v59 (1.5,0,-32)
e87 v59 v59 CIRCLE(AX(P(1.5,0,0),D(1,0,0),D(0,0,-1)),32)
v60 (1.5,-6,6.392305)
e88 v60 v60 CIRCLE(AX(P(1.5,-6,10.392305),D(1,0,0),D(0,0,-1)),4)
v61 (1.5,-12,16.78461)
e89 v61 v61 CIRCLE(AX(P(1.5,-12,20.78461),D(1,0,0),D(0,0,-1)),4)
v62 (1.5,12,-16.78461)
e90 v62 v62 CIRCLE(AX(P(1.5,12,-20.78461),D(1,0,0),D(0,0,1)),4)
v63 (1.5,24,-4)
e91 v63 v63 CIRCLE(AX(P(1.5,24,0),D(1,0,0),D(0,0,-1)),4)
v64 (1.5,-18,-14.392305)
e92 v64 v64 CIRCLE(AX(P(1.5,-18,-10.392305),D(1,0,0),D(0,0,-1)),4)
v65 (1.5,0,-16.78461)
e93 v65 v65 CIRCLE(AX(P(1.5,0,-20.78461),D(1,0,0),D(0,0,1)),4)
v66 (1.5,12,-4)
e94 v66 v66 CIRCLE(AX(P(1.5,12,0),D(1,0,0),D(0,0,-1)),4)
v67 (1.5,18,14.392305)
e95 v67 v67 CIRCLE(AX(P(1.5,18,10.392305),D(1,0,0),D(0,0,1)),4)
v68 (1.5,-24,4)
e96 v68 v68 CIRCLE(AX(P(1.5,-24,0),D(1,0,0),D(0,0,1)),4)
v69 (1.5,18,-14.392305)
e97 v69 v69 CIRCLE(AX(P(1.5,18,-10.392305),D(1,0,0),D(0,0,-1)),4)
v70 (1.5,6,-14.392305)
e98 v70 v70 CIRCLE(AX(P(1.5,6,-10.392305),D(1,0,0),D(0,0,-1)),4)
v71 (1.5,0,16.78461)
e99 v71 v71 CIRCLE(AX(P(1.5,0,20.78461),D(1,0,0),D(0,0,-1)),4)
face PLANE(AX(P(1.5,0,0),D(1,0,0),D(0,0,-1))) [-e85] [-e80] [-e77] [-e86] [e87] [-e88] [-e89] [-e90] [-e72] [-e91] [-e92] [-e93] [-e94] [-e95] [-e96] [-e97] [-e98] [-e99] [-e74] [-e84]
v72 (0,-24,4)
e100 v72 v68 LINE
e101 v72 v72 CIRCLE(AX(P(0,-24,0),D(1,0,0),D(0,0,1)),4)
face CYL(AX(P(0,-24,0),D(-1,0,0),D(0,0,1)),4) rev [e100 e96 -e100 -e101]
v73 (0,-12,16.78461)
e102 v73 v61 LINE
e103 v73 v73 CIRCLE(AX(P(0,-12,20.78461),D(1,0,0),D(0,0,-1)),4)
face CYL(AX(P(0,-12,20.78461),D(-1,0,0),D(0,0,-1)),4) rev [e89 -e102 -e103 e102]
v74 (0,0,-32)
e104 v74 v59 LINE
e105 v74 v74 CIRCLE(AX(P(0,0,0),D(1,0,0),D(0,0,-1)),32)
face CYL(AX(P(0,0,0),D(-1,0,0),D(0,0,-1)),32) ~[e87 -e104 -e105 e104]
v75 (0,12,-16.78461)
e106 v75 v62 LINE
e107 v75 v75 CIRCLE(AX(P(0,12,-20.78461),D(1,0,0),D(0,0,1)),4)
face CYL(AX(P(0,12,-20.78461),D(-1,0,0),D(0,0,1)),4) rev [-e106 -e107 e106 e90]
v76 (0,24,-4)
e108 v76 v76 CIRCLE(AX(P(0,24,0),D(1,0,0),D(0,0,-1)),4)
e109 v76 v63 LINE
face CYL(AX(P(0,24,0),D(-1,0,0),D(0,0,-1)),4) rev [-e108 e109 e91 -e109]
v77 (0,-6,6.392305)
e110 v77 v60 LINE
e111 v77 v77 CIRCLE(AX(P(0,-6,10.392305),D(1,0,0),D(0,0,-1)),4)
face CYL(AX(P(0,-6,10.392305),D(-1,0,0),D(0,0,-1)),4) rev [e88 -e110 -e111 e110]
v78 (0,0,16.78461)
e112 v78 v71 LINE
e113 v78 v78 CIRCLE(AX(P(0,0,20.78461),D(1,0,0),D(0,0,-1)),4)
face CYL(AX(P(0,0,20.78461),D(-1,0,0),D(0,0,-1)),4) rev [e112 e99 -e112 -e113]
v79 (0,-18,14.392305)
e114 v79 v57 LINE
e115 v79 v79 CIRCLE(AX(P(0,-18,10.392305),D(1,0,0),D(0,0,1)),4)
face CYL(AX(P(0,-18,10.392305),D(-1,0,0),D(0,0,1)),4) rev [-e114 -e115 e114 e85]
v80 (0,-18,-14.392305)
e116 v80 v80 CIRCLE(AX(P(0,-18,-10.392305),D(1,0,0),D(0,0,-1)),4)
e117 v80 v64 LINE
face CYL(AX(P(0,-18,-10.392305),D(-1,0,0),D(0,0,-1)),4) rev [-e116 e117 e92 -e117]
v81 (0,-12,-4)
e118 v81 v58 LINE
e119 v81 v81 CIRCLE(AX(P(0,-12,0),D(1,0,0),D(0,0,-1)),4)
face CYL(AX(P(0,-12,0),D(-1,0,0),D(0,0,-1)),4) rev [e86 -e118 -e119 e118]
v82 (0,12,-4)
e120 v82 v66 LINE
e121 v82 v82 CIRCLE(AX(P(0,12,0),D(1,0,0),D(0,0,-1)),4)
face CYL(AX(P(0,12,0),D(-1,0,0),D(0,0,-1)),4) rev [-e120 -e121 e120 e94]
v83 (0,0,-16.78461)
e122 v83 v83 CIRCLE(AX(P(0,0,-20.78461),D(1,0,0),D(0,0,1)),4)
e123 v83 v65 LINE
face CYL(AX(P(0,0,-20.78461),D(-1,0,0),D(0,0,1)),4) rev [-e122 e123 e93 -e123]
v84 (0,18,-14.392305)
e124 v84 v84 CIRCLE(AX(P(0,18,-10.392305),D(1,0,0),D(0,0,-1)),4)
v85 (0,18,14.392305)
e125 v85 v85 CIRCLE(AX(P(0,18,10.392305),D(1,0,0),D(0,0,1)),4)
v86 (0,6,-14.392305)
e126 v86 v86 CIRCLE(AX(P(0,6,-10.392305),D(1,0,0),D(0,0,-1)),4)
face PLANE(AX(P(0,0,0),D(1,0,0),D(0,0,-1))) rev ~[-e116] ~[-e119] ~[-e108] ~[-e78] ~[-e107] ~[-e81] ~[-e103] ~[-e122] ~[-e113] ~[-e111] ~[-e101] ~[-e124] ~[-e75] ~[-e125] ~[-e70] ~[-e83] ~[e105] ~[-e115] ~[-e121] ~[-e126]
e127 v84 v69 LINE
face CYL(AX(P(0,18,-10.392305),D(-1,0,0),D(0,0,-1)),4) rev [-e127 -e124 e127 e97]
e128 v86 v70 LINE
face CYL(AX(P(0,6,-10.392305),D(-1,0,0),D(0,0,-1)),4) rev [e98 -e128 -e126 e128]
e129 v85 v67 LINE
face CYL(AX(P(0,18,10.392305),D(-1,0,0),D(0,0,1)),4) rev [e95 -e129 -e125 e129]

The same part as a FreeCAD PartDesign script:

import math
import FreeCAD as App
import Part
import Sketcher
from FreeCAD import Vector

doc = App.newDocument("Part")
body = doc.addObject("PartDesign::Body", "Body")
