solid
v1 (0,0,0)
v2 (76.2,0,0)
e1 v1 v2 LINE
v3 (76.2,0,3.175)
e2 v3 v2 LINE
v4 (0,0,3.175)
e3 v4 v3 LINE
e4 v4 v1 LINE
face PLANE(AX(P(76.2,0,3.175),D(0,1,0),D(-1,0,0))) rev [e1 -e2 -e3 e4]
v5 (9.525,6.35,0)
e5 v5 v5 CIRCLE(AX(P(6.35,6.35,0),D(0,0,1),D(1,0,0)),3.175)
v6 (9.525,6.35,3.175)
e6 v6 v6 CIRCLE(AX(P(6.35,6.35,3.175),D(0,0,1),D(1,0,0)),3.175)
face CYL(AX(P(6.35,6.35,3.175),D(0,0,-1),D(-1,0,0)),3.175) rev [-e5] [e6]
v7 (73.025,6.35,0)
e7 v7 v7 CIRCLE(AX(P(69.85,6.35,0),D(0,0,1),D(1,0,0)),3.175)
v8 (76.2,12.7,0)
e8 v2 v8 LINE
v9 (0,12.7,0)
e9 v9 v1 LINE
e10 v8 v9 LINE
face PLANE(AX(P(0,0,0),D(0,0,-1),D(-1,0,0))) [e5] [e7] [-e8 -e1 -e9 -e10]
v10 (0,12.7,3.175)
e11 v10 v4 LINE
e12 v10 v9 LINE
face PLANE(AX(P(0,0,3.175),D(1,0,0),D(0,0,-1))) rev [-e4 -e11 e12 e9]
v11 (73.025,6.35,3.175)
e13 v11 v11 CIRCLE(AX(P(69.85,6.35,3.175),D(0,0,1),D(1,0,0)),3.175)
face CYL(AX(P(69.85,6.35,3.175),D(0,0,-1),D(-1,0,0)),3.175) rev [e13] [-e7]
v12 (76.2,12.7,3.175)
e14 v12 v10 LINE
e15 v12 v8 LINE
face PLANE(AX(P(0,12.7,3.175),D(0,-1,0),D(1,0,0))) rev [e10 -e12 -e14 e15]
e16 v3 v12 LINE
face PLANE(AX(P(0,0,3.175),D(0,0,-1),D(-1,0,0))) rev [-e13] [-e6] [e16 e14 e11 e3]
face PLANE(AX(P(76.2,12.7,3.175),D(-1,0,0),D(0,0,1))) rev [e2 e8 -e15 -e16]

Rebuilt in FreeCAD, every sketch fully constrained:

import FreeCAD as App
import Part
import Sketcher
from FreeCAD import Vector
Q = App.Units.Quantity


def add_polygon(sketch, points):
    """Adds a closed chain of lines whose ends are joined by coincident constraints."""
    first, n = sketch.GeometryCount, len(points)
    for a, b in zip(points, points[1:] + points[:1]):
        sketch.addGeometry(Part.LineSegment(App.Vector(*a, 0), App.Vector(*b, 0)), False)
    for i in range(n):
        sketch.addConstraint(Sketcher.Constraint("Coincident", first + i, 2, first + (i + 1) % n, 1))

doc = App.newDocument("Part")
body = doc.addObject("PartDesign::Body", "Body")

# Sketch on XY plane
sketch1 = body.newObject("Sketcher::SketchObject", "Sketch")
sketch1.AttachmentSupport = (doc.getObject("XY_Plane"), [""])
sketch1.MapMode = "FlatFace"
add_polygon(sketch1, [(0, 12.7), (0, 0), (76.2, 0), (76.2, 12.7)])  # lines 0-3
sketch1.addGeometry(Part.Circle(Vector(6.3, 6.3, 0), Vector(0, 0, 1), 3.2), False)  # 4
sketch1.addGeometry(Part.Circle(Vector(69.8, 6.3, 0), Vector(0, 0, 1), 3.2), False)  # 5
sketch1.addConstraint(Sketcher.Constraint("Vertical", 0))
sketch1.addConstraint(Sketcher.Constraint("Horizontal", 1))
sketch1.addConstraint(Sketcher.Constraint("Vertical", 2))
sketch1.addConstraint(Sketcher.Constraint("Horizontal", 3))
sketch1.addConstraint(Sketcher.Constraint("Coincident", 0, 2, -1, 1))
sketch1.addConstraint(Sketcher.Constraint("Equal", 4, 5))
sketch1.addConstraint(Sketcher.Constraint("Horizontal", 4, 3, 5, 3))
sketch1.addConstraint(Sketcher.Constraint("Diameter", 4, Q("0.25 in")))
sketch1.addConstraint(Sketcher.Constraint("DistanceX", 1, 1, 1, 2, Q("3 in")))
sketch1.addConstraint(Sketcher.Constraint("DistanceY", 0, 2, 0, 1, Q("0.5 in")))
sketch1.addConstraint(Sketcher.Constraint("DistanceX", 4, 3, 5, 3, Q("2.5 in")))
sketch1.addConstraint(Sketcher.Constraint("DistanceX", -1, 1, 4, 3, Q("0.25 in")))
sketch1.addConstraint(Sketcher.Constraint("DistanceY", -1, 1, 4, 3, Q("0.25 in")))
pad1 = body.newObject("PartDesign::Pad", "Pad")
pad1.Profile = sketch1
pad1.Length = Q("0.125 in")

doc.recompute()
__________________________________________________
Exercise objective ▸
Retype every line of the listing, word for word, from its opening line to the line that holds "v69 (1.5,18,-14.392305)", and include that last line too.

Response box ▸
v59 (1.5,0,-32)
e87 v59 v59 CIRCLE(AX(P(1.5,0,0),D(1,0,0),D(0,0,-1)),32)
v60 (1.5,-6,6.392305)
e88 v60 v60 CIRCLE(AX(P(1.5,-6,10.392305),D(1,0,0),D(0,0,-1)),4)
v61 (1.5,-12,16.78461)
e89 v61 v61 CIRCLE(AX(P(1.5,-12,20.78461),D(1,0,0),D(0,0,-1)),4)
v62 (1.5,12,-16.78461)
e90 v62 v62 CIRCLE(AX(P(1.5,12,-20.78461),D(1,0,0),D(0,0,1)),4)
v63 (1.5,24,-4)
e91 v63 v63 CIRCLE(AX(P(1.5,24,0),D(1,0,0),D(0,0,-1)),4)
v64 (1.5,-18,-14.392305)
e92 v64 v64 CIRCLE(AX(P(1.5,-18,-10.392305),D(1,0,0),D(0,0,-1)),4)
v65 (1.5,0,-16.78461)
e93 v65 v65 CIRCLE(AX(P(1.5,0,-20.78461),D(1,0,0),D(0,0,1)),4)
v66 (1.5,12,-4)
e94 v66 v66 CIRCLE(AX(P(1.5,12,0),D(1,0,0),D(0,0,-1)),4)
v67 (1.5,18,14.392305)
e95 v67 v67 CIRCLE(AX(P(1.5,18,10.392305),D(1,0,0),D(0,0,1)),4)
v68 (1.5,-24,4)
e96 v68 v68 CIRCLE(AX(P(1.5,-24,0),D(1,0,0),D(0,0,1)),4)
v69 (1.5,18,-14.392305)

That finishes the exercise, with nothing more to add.